1. CUSTOMER INTELLIGENCE: Modern, data-connected
ecosystem that navigates stakeholder networks
influencing and shaping the debate and discussion
around a disease area and patient treatment pathway.
2. OMNICHANNEL STRATEGY AND ROADMAP: A medical-specific vision, strategy, and roadmap for omnichannel, grounded in the HCP/KOL journey and touchpoints and coordinated with clinical and commercial, delivering a precise, seamless, and orchestrated experience.
3. INSIGHTS & ANALYTICS: End-to-end insights capability
that delivers real-time, actionable insights driving
responsive business decisions.
4. SCIENTIFIC CONTENT EXCELLENCE: Channel-agnostic content that delivers consistent scientific information from drug discovery to post-approval, at the right time, in the way the HCP/KOL demands.
5. DIGITAL EXCELLENCE: Integrated approach to platforms,
processes, and people to realize the transformative
potential of digital.
These foundational capabilities provide the bedrock
for medical to build on over time to advanced levels of
engagement, insight, and content management. From our
work with industry leaders, maturity in these five capabilities
is a leading indicator of the relative strength and fitness
of a medical affairs organization to the demands and
expectations placed on it.
Critical success factors
Making these key capabilities an operational reality, and
doing so in a scalable and sustainable way, requires careful
management and tracking of the following critical success
factors:
• SINGLE SOURCE OF TRUTH. A unified CRM, integrated with technology solutions for headquarters to capture their HCP interactions, drives end-user utilization across medical teams and can help ensure an accurate and holistic view of all interactions with external stakeholders. To gain this level of visibility, focus first on aligning to key medical processes of engagement, insights generation, and content management. Adopt a cross-functional perspective, leading from the business issues to be solved, not the functional territories of the organization.

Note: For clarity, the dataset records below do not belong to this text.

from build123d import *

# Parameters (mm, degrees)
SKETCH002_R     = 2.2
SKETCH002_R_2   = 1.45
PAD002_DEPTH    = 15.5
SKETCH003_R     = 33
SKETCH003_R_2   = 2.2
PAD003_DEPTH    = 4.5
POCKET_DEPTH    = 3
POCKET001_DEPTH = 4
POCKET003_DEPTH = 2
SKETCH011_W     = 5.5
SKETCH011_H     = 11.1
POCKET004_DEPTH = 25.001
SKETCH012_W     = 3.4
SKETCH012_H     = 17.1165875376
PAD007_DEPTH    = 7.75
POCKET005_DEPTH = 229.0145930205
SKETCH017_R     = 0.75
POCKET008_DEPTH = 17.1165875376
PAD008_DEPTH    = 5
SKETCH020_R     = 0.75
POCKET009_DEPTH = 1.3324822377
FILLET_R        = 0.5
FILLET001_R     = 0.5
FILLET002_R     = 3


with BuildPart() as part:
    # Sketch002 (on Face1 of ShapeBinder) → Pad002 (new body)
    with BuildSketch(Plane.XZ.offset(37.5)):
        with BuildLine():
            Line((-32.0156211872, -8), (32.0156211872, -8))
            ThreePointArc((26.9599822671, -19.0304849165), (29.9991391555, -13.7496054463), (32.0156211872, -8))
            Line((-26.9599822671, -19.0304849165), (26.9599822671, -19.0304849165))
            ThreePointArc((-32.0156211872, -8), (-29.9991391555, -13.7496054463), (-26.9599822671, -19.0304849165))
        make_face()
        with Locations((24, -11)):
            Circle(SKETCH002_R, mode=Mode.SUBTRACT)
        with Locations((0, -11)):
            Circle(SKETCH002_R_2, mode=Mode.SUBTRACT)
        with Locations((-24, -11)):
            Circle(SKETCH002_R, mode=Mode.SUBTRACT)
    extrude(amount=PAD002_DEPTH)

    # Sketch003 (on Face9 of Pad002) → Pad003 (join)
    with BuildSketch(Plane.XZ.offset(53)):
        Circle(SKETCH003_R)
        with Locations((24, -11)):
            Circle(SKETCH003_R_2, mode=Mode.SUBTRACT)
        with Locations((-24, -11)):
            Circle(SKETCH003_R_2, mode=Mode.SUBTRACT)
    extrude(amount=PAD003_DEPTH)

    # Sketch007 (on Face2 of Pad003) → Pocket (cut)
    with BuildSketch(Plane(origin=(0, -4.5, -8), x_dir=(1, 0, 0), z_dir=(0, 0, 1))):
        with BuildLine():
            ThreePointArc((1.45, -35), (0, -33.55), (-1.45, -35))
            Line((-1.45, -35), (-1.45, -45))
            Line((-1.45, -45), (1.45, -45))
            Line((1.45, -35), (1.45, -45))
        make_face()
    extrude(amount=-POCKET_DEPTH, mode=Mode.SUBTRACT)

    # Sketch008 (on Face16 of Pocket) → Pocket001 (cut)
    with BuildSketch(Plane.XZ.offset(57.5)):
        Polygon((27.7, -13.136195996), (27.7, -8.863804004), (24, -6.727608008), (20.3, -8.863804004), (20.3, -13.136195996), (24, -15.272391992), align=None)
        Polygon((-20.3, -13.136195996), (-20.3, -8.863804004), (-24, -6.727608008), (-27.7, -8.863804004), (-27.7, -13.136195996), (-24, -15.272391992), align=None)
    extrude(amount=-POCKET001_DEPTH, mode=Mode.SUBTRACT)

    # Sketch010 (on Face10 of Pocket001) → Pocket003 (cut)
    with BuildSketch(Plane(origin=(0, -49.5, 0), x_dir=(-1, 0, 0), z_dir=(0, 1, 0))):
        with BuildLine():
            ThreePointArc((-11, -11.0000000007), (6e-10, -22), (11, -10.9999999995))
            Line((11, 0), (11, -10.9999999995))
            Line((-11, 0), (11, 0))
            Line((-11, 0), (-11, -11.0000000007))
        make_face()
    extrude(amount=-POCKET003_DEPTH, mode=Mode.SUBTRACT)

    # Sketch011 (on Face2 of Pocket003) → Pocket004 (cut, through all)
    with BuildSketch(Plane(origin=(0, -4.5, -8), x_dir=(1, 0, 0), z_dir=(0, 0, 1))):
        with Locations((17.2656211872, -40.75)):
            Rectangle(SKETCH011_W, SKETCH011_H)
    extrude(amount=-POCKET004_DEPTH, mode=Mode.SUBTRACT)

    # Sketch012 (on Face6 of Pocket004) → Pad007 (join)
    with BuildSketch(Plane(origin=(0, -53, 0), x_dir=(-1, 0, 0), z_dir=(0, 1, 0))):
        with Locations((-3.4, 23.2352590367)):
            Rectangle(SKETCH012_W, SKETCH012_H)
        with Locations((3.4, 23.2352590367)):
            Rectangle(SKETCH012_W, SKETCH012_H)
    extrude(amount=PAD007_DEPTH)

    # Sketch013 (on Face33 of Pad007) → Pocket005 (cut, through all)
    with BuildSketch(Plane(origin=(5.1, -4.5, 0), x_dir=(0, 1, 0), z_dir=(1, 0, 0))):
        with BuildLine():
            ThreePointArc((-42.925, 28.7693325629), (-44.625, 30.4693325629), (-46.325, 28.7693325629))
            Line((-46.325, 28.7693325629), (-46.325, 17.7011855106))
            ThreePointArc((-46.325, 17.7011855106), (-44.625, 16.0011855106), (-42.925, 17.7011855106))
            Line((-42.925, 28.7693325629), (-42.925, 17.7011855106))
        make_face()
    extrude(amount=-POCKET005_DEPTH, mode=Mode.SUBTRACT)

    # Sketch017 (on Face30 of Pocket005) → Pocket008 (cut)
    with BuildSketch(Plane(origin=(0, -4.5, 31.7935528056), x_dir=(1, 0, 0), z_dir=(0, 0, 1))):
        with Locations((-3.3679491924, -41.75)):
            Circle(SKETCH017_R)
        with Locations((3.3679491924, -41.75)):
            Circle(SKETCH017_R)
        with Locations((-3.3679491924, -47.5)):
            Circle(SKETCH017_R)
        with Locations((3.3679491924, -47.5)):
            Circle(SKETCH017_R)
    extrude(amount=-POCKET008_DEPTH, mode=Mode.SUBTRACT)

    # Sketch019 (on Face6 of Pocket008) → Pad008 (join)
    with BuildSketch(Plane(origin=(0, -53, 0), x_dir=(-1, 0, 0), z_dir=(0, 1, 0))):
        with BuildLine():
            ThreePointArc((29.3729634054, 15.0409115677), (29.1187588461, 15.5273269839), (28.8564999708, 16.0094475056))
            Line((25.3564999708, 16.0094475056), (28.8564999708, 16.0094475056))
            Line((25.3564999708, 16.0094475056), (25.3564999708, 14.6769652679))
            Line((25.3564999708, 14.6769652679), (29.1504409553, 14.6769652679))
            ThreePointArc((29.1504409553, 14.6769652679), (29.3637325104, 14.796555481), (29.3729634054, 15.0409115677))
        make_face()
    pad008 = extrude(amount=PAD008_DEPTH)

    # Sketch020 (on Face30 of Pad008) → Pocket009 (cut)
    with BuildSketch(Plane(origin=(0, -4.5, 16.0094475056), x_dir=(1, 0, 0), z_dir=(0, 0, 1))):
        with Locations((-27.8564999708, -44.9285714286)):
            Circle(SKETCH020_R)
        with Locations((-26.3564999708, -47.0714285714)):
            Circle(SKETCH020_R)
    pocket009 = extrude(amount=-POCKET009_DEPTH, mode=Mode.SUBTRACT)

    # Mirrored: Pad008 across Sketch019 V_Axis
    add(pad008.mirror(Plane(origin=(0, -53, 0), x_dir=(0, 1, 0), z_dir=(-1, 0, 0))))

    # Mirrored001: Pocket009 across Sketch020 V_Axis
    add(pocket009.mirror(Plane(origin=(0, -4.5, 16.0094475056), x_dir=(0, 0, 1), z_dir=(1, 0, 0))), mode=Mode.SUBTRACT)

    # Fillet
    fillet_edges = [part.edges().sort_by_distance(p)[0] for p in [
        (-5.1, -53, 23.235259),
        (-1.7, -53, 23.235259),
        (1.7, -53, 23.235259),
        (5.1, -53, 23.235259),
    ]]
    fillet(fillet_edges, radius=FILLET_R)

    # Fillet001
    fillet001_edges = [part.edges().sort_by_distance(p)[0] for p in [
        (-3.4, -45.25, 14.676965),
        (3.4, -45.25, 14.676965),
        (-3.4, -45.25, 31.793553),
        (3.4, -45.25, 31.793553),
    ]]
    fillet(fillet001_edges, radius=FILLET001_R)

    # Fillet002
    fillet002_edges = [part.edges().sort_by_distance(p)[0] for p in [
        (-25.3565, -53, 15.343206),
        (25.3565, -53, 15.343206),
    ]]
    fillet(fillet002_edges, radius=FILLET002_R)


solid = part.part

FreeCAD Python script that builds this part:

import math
import FreeCAD as App
import Part
import Sketcher
Q = App.Units.Quantity


def edges_at(feature, points):
    """Names of the edges that pass closest to the given points."""
    edges = feature.Shape.Edges
    near = lambda p: min(range(len(edges)), key=lambda i: edges[i].distToShape(Part.Vertex(*p))[0])
    return sorted({f"Edge{near(p) + 1}" for p in points})


def add_polygon(sketch, points):
    """Adds a closed chain of lines whose ends are joined by coincident constraints."""
    first, n = sketch.GeometryCount, len(points)
    for a, b in zip(points, points[1:] + points[:1]):
        sketch.addGeometry(Part.LineSegment(App.Vector(*a, 0), App.Vector(*b, 0)), False)
    for i in range(n):
        sketch.addConstraint(Sketcher.Constraint("Coincident", first + i, 2, first + (i + 1) % n, 1))

doc = App.newDocument("Part")
body = doc.addObject("PartDesign::Body", "Body")

sketch1 = body.newObject("Sketcher::SketchObject", "Sketch")
sketch1.AttachmentSupport = (doc.getObject("XZ_Plane"), [""])
sketch1.MapMode = "FlatFace"
sketch1.AttachmentOffset = App.Placement(App.Vector(0, 0, 37.5), App.Rotation())
sketch1.addGeometry(Part.LineSegment(App.Vector(32, -8, 0), App.Vector(-32, -8, 0)), False)
sketch1.addGeometry(Part.ArcOfCircle(Part.Circle(App.Vector(0, 0, 0), App.Vector(0, 0, 1), 33), math.radians(-166), math.radians(-145)), False)
sketch1.addGeometry(Part.LineSegment(App.Vector(-27, -19, 0), App.Vector(27, -19, 0)), False)
sketch1.addGeometry(Part.ArcOfCircle(Part.Circle(App.Vector(0, 0, 0), App.Vector(0, 0, 1), 33), math.radians(-35), math.radians(-14)), False)
sketch1.addGeometry(Part.Circle(App.Vector(24, -11, 0), App.Vector(0, 0, 1), 2.2), False)
sketch1.addGeometry(Part.Circle(App.Vector(0, -11, 0), App.Vector(0, 0, 1), 1.4), False)
sketch1.addGeometry(Part.Circle(App.Vector(-24, -11, 0), App.Vector(0, 0, 1), 2.2), False)
sketch1.addConstraint(Sketcher.Constraint("Coincident", 0, 2, 1, 1))
sketch1.addConstraint(Sketcher.Constraint("Coincident", 1, 2, 2, 1))
sketch1.addConstraint(Sketcher.Constraint("Coincident", 2, 2, 3, 1))
sketch1.addConstraint(Sketcher.Constraint("Coincident", 3, 2, 0, 1))
sketch1.addConstraint(Sketcher.Constraint("Horizontal", 0))
sketch1.addConstraint(Sketcher.Constraint("Horizontal", 2))
sketch1.addConstraint(Sketcher.Constraint("Coincident", 1, 3, -1, 1))
sketch1.addConstraint(Sketcher.Constraint("Coincident", 3, 3, -1, 1))
sketch1.addConstraint(Sketcher.Constraint("Equal", 1, 3))
sketch1.addConstraint(Sketcher.Constraint("Equal", 4, 6))
sketch1.addConstraint(Sketcher.Constraint("Symmetric", 4, 3, 6, 3, -2))
sketch1.addConstraint(Sketcher.Constraint("PointOnObject", 5, 3, -2))
sketch1.addConstraint(Sketcher.Constraint("Horizontal", 4, 3, 5, 3))
sketch1.addConstraint(Sketcher.Constraint("Radius", 1, Q("33 mm")))
sketch1.addConstraint(Sketcher.Constraint("Diameter", 4, Q("4.4 mm")))
sketch1.addConstraint(Sketcher.Constraint("Diameter", 5, Q("2.9 mm")))
sketch1.addConstraint(Sketcher.Constraint("DistanceX", -1, 1, 4, 3, Q("24 mm")))
sketch1.addConstraint(Sketcher.Constraint("DistanceY", 4, 3, -1, 1, Q("11 mm")))
sketch1.addConstraint(Sketcher.Constraint("DistanceY", 0, 2, -1, 1, Q("8 mm")))
sketch1.addConstraint(Sketcher.Constraint("DistanceX", 2, 1, 2, 2, Q("53.919965 mm")))
pad1 = body.newObject("PartDesign::Pad", "Pad")
pad1.Profile = sketch1
pad1.Length = 15.5

sketch2 = body.newObject("Sketcher::SketchObject", "Sketch001")
sketch2.AttachmentSupport = (doc.getObject("XZ_Plane"), [""])
sketch2.MapMode = "FlatFace"
sketch2.AttachmentOffset = App.Placement(App.Vector(0, 0, 53), App.Rotation())
sketch2.addGeometry(Part.Circle(App.Vector(0, 0, 0), App.Vector(0, 0, 1), 33), False)
sketch2.addGeometry(Part.Circle(App.Vector(-24, -11, 0), App.Vector(0, 0, 1), 2.2), False)
sketch2.addGeometry(Part.Circle(App.Vector(24, -11, 0), App.Vector(0, 0, 1), 2.2), False)
sketch2.addConstraint(Sketcher.Constraint("Coincident", 0, 3, -1, 1))
sketch2.addConstraint(Sketcher.Constraint("Equal", 1, 2))
sketch2.addConstraint(Sketcher.Constraint("Symmetric", 1, 3, 2, 3, -2))
sketch2.addConstraint(Sketcher.Constraint("Diameter", 0, Q("66 mm")))
sketch2.addConstraint(Sketcher.Constraint("Diameter", 1, Q("4.4 mm")))
sketch2.addConstraint(Sketcher.Constraint("DistanceX", 1, 3, -1, 1, Q("24 mm")))
sketch2.addConstraint(Sketcher.Constraint("DistanceY", 1, 3, -1, 1, Q("11 mm")))
pad2 = body.newObject("PartDesign::Pad", "Pad001")
pad2.Profile = sketch2
pad2.Length = 4.5

sketch3 = body.newObject("Sketcher::SketchObject", "Sketch002")
sketch3.AttachmentSupport = (doc.getObject("XY_Plane"), [""])
sketch3.MapMode = "FlatFace"
sketch3.AttachmentOffset = App.Placement(App.Vector(0, 0, -8), App.Rotation())
sketch3.addGeometry(Part.ArcOfCircle(Part.Circle(App.Vector(0, -39.5, 0), App.Vector(0, 0, 1), 1.4), math.radians(0), math.radians(180)), False)
sketch3.addGeometry(Part.LineSegment(App.Vector(-1.4, -39.5, 0), App.Vector(-1.4, -49.5, 0)), False)
sketch3.addGeometry(Part.LineSegment(App.Vector(-1.4, -49.5, 0), App.Vector(1.4, -49.5, 0)), False)
sketch3.addGeometry(Part.LineSegment(App.Vector(1.4, -49.5, 0), App.Vector(1.4, -39.5, 0)), False)
sketch3.addConstraint(Sketcher.Constraint("Tangent", 0, 2, 1, 1))
sketch3.addConstraint(Sketcher.Constraint("Coincident", 1, 2, 2, 1))
sketch3.addConstraint(Sketcher.Constraint("Coincident", 2, 2, 3, 1))
sketch3.addConstraint(Sketcher.Constraint("Tangent", 3, 2, 0, 1))
sketch3.addConstraint(Sketcher.Constraint("Vertical", 1))
sketch3.addConstraint(Sketcher.Constraint("Horizontal", 2))
sketch3.addConstraint(Sketcher.Constraint("Vertical", 3))
sketch3.addConstraint(Sketcher.Constraint("PointOnObject", 0, 3, -2))
sketch3.addConstraint(Sketcher.Constraint("DistanceY", 1, 2, 1, 1, Q("10 mm")))
sketch3.addConstraint(Sketcher.Constraint("Radius", 0, Q("1.45 mm")))
sketch3.addConstraint(Sketcher.Constraint("DistanceY", 0, 3, -1, 1, Q("39.5 mm")))
pocket1 = body.newObject("PartDesign::Pocket", "Pocket")
pocket1.Profile = sketch3
pocket1.Length = 3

• CHANGE MANAGEMENT. Create a medical impact-led, value realization framework that combines process, data, technology, content, and operating model.
• A STRONG CASE FOR CHANGE. Provide a clear sense
of ‘What’s in it for me?’ to field MSLs, building a thread
between their daily priorities and the configuration of
tools and technologies provided. A laser focus on the
value proposition for end users will increase motivation
for change and adoption of new ways of working.
• DESIGN FOR MEDICAL-SPECIFIC NEEDS. A common
mistake companies make is taking ‘off-the-shelf’ products
or commercial-led solutions and forcing a fit for medical
usage. Leaders should carefully evaluate and design core
tools and technologies with the specific needs of medical
front of mind. This ensures medical stakeholders are
equipped with tools, dashboards, and reports that resonate
and enable them to perform their jobs to be done more
effectively.
Key takeaways
- Fundamental shifts in the industry landscape and
customer behavior have created a need for medical
affairs to fulfill expanded and new roles. - Precise, high-impact scientific engagement requires
transformation across the medical operating model,
beyond just the medical field. - Focus should be placed on a ‘fundamentals first’
approach, building the underlying capabilities that
will deliver sustainable, integrated value now and
for the coming years’ priorities. - Accelerated value creation in medical requires a fit-for-purpose solution designed with operational effectiveness for impact in mind.